November 15th, 2018

Online Bayesian Deep Learning in Production at Tencent

Bayesian deep learning methods often look like a theoretical curiosity, rather than a practically useful tool, and I'm personally a bit skeptical about the practical usefulness of some of the work. However, there are some situations a decent method of handling and representing residual uncertainties about model parameters might prove crucial. These applications include active learning, reinforcement learning and online/continual learning.

So as I recently read a paper by Tencent, I was surprised to learn that the online Bayesian deep learning algorithm is apparently deployed in production to power click-through-rate prediction in their ad system. I thought, therefore, that this is worth a mention. Here is the paper:

Though the paper has a few typos and sometimes inconsistent notation (like going back and forth between using $\omega$ and $w$) which can make it tricky to read, I like the paper's layout: starting from desiderata - what the system has to be able to do - arriving at an elegant solution.

Assumed Density Filtering

The method relies on the approximate Bayesian online-learning technique often referred to as assumed density filtering.

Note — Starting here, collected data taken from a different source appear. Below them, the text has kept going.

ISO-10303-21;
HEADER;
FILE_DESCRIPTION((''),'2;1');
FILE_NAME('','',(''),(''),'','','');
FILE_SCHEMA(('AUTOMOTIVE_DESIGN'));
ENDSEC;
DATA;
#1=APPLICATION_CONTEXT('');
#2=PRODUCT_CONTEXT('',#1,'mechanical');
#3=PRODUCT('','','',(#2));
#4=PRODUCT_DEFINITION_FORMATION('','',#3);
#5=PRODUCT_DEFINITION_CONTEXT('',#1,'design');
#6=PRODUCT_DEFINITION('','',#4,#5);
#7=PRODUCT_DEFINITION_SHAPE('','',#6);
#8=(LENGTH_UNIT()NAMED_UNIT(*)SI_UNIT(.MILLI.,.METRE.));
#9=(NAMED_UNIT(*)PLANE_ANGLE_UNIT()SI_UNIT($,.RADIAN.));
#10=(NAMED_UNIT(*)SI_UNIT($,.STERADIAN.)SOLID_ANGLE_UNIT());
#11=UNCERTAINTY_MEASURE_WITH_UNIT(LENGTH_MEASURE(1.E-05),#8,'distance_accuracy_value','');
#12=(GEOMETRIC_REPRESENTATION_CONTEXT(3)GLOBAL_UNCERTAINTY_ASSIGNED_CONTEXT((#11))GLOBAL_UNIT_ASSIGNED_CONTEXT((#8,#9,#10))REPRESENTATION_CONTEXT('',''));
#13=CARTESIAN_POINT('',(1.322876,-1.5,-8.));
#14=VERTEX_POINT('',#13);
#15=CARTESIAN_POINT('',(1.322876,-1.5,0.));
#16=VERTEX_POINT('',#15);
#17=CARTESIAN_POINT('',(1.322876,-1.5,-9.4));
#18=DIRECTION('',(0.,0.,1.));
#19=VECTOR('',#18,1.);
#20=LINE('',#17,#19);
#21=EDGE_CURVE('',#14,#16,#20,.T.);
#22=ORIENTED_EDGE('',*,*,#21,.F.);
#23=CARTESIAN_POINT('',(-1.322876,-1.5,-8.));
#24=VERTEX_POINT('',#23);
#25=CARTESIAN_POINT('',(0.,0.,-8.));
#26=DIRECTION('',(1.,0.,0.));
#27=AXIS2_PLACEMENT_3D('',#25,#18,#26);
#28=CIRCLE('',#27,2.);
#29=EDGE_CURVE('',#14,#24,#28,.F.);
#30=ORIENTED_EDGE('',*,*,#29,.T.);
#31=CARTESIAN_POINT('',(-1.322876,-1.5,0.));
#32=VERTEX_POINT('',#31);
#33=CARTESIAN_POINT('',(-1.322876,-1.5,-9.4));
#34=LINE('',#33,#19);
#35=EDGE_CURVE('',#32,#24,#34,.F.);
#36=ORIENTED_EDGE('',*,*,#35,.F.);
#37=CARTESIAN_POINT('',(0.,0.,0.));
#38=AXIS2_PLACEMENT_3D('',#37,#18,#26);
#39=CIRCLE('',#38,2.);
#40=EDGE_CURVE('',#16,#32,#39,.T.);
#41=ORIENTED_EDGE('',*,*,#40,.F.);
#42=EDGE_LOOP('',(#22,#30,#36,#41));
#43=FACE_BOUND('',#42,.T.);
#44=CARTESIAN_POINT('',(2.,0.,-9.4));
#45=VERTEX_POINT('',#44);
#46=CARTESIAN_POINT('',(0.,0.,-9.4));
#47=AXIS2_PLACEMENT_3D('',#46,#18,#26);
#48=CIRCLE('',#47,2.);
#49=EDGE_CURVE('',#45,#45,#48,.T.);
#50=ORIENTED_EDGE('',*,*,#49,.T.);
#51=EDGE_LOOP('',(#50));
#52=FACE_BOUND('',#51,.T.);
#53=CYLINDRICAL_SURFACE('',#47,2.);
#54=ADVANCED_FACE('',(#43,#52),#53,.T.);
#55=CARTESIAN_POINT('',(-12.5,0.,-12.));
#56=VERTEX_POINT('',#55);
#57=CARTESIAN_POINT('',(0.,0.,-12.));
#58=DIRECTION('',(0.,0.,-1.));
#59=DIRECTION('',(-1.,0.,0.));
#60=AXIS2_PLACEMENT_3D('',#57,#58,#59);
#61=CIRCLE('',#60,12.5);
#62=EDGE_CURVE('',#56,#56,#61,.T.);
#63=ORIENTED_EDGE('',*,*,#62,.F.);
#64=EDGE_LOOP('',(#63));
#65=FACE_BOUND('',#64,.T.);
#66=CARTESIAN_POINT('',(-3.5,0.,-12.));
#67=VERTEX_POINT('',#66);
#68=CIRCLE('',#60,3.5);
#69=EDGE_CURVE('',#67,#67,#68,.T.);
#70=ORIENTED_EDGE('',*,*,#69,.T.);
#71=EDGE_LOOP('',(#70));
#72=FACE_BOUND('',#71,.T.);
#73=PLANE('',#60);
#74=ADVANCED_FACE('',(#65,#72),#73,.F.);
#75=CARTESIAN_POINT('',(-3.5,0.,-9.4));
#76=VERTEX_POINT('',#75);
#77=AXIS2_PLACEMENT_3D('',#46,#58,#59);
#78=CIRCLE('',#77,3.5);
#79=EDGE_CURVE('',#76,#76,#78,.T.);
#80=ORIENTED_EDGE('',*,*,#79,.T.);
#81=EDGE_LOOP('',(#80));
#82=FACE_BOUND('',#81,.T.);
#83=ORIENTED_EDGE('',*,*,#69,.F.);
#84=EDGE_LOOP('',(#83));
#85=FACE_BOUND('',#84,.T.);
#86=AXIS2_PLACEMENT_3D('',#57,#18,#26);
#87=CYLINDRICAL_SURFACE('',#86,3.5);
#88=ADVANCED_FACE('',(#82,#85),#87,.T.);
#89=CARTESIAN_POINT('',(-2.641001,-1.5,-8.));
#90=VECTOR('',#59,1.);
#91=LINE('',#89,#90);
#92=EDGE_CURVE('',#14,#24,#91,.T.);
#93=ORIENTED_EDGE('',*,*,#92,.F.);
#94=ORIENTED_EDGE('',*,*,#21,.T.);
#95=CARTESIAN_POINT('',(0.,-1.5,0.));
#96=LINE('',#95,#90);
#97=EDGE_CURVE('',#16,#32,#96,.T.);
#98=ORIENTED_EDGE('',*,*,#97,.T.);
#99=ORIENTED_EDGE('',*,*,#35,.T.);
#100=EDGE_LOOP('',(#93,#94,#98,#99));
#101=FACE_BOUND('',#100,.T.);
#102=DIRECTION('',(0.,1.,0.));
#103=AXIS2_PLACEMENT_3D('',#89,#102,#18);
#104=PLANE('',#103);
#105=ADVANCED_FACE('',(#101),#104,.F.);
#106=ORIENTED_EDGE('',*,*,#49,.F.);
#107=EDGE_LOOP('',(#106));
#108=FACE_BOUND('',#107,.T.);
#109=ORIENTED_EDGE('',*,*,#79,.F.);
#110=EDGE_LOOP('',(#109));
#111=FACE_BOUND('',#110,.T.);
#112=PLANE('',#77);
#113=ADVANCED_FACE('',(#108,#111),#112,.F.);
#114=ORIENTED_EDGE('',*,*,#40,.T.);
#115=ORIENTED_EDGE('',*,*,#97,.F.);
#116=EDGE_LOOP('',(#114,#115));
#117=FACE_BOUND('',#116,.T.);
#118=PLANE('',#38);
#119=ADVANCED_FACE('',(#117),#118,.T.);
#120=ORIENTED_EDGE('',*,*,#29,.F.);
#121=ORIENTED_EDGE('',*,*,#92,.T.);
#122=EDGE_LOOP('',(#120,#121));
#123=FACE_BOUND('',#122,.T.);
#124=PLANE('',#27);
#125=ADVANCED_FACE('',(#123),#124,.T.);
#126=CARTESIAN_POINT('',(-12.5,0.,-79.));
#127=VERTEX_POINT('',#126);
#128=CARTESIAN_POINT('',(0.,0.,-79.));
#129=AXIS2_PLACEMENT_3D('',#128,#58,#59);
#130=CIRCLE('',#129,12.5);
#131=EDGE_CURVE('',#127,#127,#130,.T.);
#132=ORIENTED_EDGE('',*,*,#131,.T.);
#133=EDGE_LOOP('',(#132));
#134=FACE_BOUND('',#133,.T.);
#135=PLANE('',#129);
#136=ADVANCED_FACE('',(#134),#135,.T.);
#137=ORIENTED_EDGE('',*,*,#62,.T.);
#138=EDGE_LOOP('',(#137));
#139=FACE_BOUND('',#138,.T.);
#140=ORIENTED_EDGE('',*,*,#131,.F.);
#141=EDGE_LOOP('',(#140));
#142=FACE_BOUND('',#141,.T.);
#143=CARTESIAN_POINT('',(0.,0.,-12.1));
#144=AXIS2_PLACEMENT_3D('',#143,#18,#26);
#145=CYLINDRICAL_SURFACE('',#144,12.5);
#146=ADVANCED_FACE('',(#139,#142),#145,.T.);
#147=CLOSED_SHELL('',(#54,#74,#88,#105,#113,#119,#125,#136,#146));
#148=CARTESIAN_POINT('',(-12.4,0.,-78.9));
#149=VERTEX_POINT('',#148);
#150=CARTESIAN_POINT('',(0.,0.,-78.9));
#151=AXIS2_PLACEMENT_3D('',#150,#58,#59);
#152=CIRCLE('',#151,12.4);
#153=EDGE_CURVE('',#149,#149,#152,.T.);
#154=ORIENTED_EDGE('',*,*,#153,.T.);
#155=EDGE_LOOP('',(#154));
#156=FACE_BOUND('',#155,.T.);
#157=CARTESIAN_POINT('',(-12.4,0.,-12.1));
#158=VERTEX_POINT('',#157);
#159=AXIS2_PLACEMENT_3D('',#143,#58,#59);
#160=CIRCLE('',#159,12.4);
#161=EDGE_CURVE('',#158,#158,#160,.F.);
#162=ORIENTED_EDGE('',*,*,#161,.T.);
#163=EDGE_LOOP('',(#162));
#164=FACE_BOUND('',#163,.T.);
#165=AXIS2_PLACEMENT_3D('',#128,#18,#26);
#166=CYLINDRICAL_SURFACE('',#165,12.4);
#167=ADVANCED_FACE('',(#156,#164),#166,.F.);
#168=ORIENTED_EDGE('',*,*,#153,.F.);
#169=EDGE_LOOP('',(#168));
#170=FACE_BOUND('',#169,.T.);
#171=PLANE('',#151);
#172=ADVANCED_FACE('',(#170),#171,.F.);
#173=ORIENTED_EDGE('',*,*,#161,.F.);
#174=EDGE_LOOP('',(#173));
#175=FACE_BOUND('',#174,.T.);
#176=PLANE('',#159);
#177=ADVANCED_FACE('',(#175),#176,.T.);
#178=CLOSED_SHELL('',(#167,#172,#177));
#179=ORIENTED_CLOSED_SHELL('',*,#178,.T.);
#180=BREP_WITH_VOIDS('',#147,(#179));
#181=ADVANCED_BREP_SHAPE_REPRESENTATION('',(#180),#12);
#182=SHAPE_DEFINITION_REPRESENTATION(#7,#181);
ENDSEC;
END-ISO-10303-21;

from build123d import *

# Parameters (mm, degrees)
SKETCH1_R           = 2
BOSS_EXTRUDE1_DEPTH = 9.4
SKETCH2_W           = 6
SKETCH2_H           = 0.5
CUT_EXTRUDE1_DEPTH  = 8
SKETCH3_R           = 3.5
BOSS_EXTRUDE2_DEPTH = 2.6
SKETCH4_R           = 12.5
SKETCH4_R_2         = 12.4
EXTRUDE_THIN1_DEPTH = 67
SKETCH6_R           = 12.5
BOSS_EXTRUDE4_DEPTH = 0.1
BOSS_EXTRUDE5_START = -0.1
SKETCH7_R           = 12.5
BOSS_EXTRUDE5_DEPTH = 0.1


with BuildPart() as part:
    # Sketch1 → Boss-Extrude1 (new body)
    with BuildSketch(Plane.XY):
        Circle(SKETCH1_R)
    extrude(amount=-BOSS_EXTRUDE1_DEPTH)

    # Sketch2 → Cut-Extrude1 (cut)
    with BuildSketch(Plane.XY):
        with Locations((0.35899941, -1.75)):
            Rectangle(SKETCH2_W, SKETCH2_H)
    extrude(amount=-CUT_EXTRUDE1_DEPTH, mode=Mode.SUBTRACT)

    # Sketch3 → Boss-Extrude2 (add)
    with BuildSketch(Plane(origin=(0, 0, -9.4), x_dir=(-1, 0, 0), z_dir=(0, 0, -1))):
        Circle(SKETCH3_R)
    extrude(amount=BOSS_EXTRUDE2_DEPTH)



with BuildPart() as body_2:
    # Sketch4 → Extrude-Thin1 (new body)
    with BuildSketch(Plane(origin=(0, 0, -12), x_dir=(-1, 0, 0), z_dir=(0, 0, -1))):
        Circle(SKETCH4_R)
        Circle(SKETCH4_R_2, mode=Mode.SUBTRACT)
    extrude(amount=EXTRUDE_THIN1_DEPTH)


with BuildPart() as part_1:
    add(part.part)

    add(body_2.part)  # Boss-Extrude4 merges body 2
    # Sketch6 → Boss-Extrude4 (add)
    with BuildSketch(Plane(origin=(0, 0, -12), x_dir=(-1, 0, 0), z_dir=(0, 0, -1))):
        Circle(SKETCH6_R)
    extrude(amount=BOSS_EXTRUDE4_DEPTH)

    # Sketch7 → Boss-Extrude5 (add)
    with BuildSketch(Plane(origin=(0, 0, -79), x_dir=(-1, 0, 0), z_dir=(0, 0, -1)).offset(BOSS_EXTRUDE5_START)):
        Circle(SKETCH7_R)
    extrude(amount=BOSS_EXTRUDE5_DEPTH)


solid = part_1.part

ADF has been independently discovered by the statistics, machine learning and control communities (for citations see (Minka, 2001). It is perhaps most elegantly described by Opper, (1998), and by Minka, (2001) who also extended the idea to develop expectation propagation, a highly influential method for approximate Bayesian inference not just for online settings.

ADF can be explained as recursive algorithm repeating the following steps:

Probabilistic Backpropagation

The Tencent paper is based on probabilistic backpropagation (Hernandez-Lobato and Adams, 2015), which uses the ADF idea multiple times to perform the two non-trivial tasks required in a supervised Bayesian deep network: inference and learning.

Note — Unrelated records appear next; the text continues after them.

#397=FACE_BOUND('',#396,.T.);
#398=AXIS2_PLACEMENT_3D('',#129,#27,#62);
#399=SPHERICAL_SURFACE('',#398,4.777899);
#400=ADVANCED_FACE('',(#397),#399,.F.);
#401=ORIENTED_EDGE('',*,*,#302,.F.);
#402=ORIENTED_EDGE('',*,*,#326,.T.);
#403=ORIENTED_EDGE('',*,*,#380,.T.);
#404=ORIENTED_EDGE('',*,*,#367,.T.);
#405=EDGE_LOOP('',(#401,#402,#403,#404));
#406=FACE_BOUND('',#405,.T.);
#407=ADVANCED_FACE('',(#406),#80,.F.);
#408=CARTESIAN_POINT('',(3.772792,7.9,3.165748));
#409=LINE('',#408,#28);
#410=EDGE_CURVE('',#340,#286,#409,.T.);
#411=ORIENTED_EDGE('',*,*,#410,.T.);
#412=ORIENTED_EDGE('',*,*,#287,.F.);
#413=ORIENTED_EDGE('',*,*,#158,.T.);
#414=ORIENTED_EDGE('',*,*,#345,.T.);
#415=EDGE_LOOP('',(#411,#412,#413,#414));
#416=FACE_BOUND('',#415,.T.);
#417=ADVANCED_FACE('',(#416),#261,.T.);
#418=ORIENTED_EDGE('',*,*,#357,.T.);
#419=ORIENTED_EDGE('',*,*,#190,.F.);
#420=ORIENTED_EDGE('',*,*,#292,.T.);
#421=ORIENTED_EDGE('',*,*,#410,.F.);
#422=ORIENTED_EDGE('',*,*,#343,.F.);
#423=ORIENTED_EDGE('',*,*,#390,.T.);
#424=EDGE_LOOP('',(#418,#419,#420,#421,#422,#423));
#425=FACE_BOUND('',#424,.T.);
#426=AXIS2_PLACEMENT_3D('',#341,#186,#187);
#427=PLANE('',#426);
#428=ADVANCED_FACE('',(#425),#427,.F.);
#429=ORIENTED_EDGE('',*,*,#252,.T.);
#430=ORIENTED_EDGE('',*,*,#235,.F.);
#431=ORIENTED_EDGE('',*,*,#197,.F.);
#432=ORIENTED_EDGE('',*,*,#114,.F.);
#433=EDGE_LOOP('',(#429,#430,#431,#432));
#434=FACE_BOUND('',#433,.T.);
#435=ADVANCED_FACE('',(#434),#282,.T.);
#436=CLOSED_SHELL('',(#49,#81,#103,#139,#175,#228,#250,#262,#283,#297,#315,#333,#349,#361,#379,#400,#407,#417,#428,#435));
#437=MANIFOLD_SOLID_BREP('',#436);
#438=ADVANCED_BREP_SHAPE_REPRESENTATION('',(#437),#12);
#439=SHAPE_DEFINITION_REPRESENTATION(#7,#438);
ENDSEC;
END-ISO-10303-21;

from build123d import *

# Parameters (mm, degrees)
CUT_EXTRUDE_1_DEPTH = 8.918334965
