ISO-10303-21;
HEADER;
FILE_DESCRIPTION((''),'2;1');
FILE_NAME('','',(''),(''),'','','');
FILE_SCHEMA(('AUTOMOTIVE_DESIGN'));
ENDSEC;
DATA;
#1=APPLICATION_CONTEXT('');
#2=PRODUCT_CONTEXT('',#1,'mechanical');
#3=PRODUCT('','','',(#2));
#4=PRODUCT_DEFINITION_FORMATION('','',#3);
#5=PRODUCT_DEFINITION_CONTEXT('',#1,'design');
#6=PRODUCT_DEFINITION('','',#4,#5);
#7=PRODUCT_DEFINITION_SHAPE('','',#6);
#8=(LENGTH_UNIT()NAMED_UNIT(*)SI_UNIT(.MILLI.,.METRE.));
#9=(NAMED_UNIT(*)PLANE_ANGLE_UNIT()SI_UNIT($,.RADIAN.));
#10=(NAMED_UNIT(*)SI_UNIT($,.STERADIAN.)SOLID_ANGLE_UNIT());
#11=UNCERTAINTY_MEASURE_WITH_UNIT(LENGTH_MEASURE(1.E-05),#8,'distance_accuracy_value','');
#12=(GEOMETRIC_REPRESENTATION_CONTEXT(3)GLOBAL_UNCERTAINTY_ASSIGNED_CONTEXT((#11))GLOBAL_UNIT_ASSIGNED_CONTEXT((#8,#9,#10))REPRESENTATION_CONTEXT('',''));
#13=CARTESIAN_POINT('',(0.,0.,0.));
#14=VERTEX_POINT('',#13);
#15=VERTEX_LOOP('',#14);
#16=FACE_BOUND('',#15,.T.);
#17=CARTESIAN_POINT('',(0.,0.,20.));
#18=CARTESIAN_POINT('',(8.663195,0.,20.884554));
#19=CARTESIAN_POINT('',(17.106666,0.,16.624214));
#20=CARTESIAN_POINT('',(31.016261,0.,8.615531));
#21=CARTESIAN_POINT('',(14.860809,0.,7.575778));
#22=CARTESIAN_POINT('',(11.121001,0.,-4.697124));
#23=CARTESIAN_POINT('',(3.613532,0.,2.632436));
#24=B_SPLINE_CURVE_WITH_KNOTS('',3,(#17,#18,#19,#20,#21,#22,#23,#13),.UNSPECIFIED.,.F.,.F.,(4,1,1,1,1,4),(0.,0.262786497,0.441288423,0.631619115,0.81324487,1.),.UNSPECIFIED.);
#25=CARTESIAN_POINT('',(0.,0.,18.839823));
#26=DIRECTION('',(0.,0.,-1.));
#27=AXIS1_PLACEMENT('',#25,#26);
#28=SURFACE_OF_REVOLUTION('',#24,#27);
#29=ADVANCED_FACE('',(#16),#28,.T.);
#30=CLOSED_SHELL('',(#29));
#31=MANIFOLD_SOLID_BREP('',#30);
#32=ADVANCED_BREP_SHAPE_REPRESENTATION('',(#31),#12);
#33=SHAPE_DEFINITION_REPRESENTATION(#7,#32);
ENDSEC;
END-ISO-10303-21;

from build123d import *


with BuildPart() as f2:
    # F0 (on Front) → F2 (revolve)
    with BuildSketch(Plane.XZ):
        with BuildLine():
            Line((0, 20), (0, 0))
            add(Edge.make_bspline(
                [(0, 20), (8.6631950517, 20.8845536024), (17.1066660205, 16.6242138947), (31.0162610574, 8.6155314925), (14.860808946, 7.5757776856), (11.1210014437, -4.6971235748), (3.6135316301, 2.6324360084), (0, 0)],
                knots=[0, 0, 0, 0, 0.2627864973, 0.4412884233, 0.6316191148, 0.8132448696, 1, 1, 1, 1], degree=3))
        make_face()
    revolve(axis=Axis((0, 0, 18.8398230821), (0, 0, -1)))


solid = f2.part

I find the similarity of this algorithm to gradient calculations in neural network training beautiful: forward propagation to perform inference, forward and backward propagation for learning and parameter updates.

Crucially though, there is no gradient descent, or indeed no gradients or iterative optimization taking place here. After a single forward-backward cycle, information about the new datapoint (or minibatch of data) is - approximately - incorporated into the updated distribution $q_{t}(w)$ of network weights. Once this is done, the mini-batch can be discarded and never revisited. This makes this method a great candidate for online learning in large-scale streaming data situations.

Parallel operation

Another advantage of this method is that it can be parallelized in a data-parallel fashion: Multiple workers can update the posterior simultaneously on different minibatches of data. Expectation-propagation provides a meaningful way of combining the parameter updates computed by parallel workers in a meaningful fashion. Indeed, this is what the PBODL algorithm of Tencent does.

Advantages

Bayesian online learning comes with great advantages. In recommender systems and ads marketplaces, the Bayesian online learning approach handles the user and item cold-start problem gracefully. If there is a new ad in the system that has to be recommended, initially our network might say "I don't really know", and then gradually hone in on a confident prediction as more data is observed.

One can use the uncertainty estimates in a Bayesian network to perform online learning: actively proposing which items to label in order to increase predictive performance in the future. In the context of ads, this may be a useful feature if implemented with care.

Finally, there is the useful principle that Bayes never forgets: if we perform exact Bayesian updates on global parameters of an exchangeable model, the posterior will store information indefinitely long about all datapoints, including very early ones. This advantage is clearly demonstrated in DeepMind's work on catastrophic forgetting (Kirkpatrick et al, 2017). This capacity to keep a long memory of course diminishes the more approximations we have to make, which leads me to drawbacks.

Drawbacks

The ADF method is only approximate, and over time, the approximations in each step may accumulate resulting in the network to essentially forget what it learned from earlier datapoints. It is also worth pointing out that in stationary situations, the posterior over parameters is expected to shrink, especially in the last hidden layers of the network where there are often fewer parameters. This posterior compression is often countered by introducing explicit forgetting: without evidence to the contrary, the variance of each parameter is marginally increased in each step. Forgetting and the lack of infinite memory may turn out to be an advantage, not a bug, in non-stationary situations where more recent datapoints are more representative of future test cases.

A practical drawback of a method like this in production environments is that probabilistic forward- and backpropagation require non-trivial custom implementations. Probabilistic backprop does not use reverse mode automatic differentiation, i.e. vanilla backprop as a subroutine. As a consequence, one cannot rely on extensively tested and widely used autodiff packages in tensorflow or pytorch, and performing probabilistic backprop in new layer-types might require significant effort and custom implementations. It is possible that high-quality message passing packages such as the recently open-sourced infer.net will see a renaissance after all.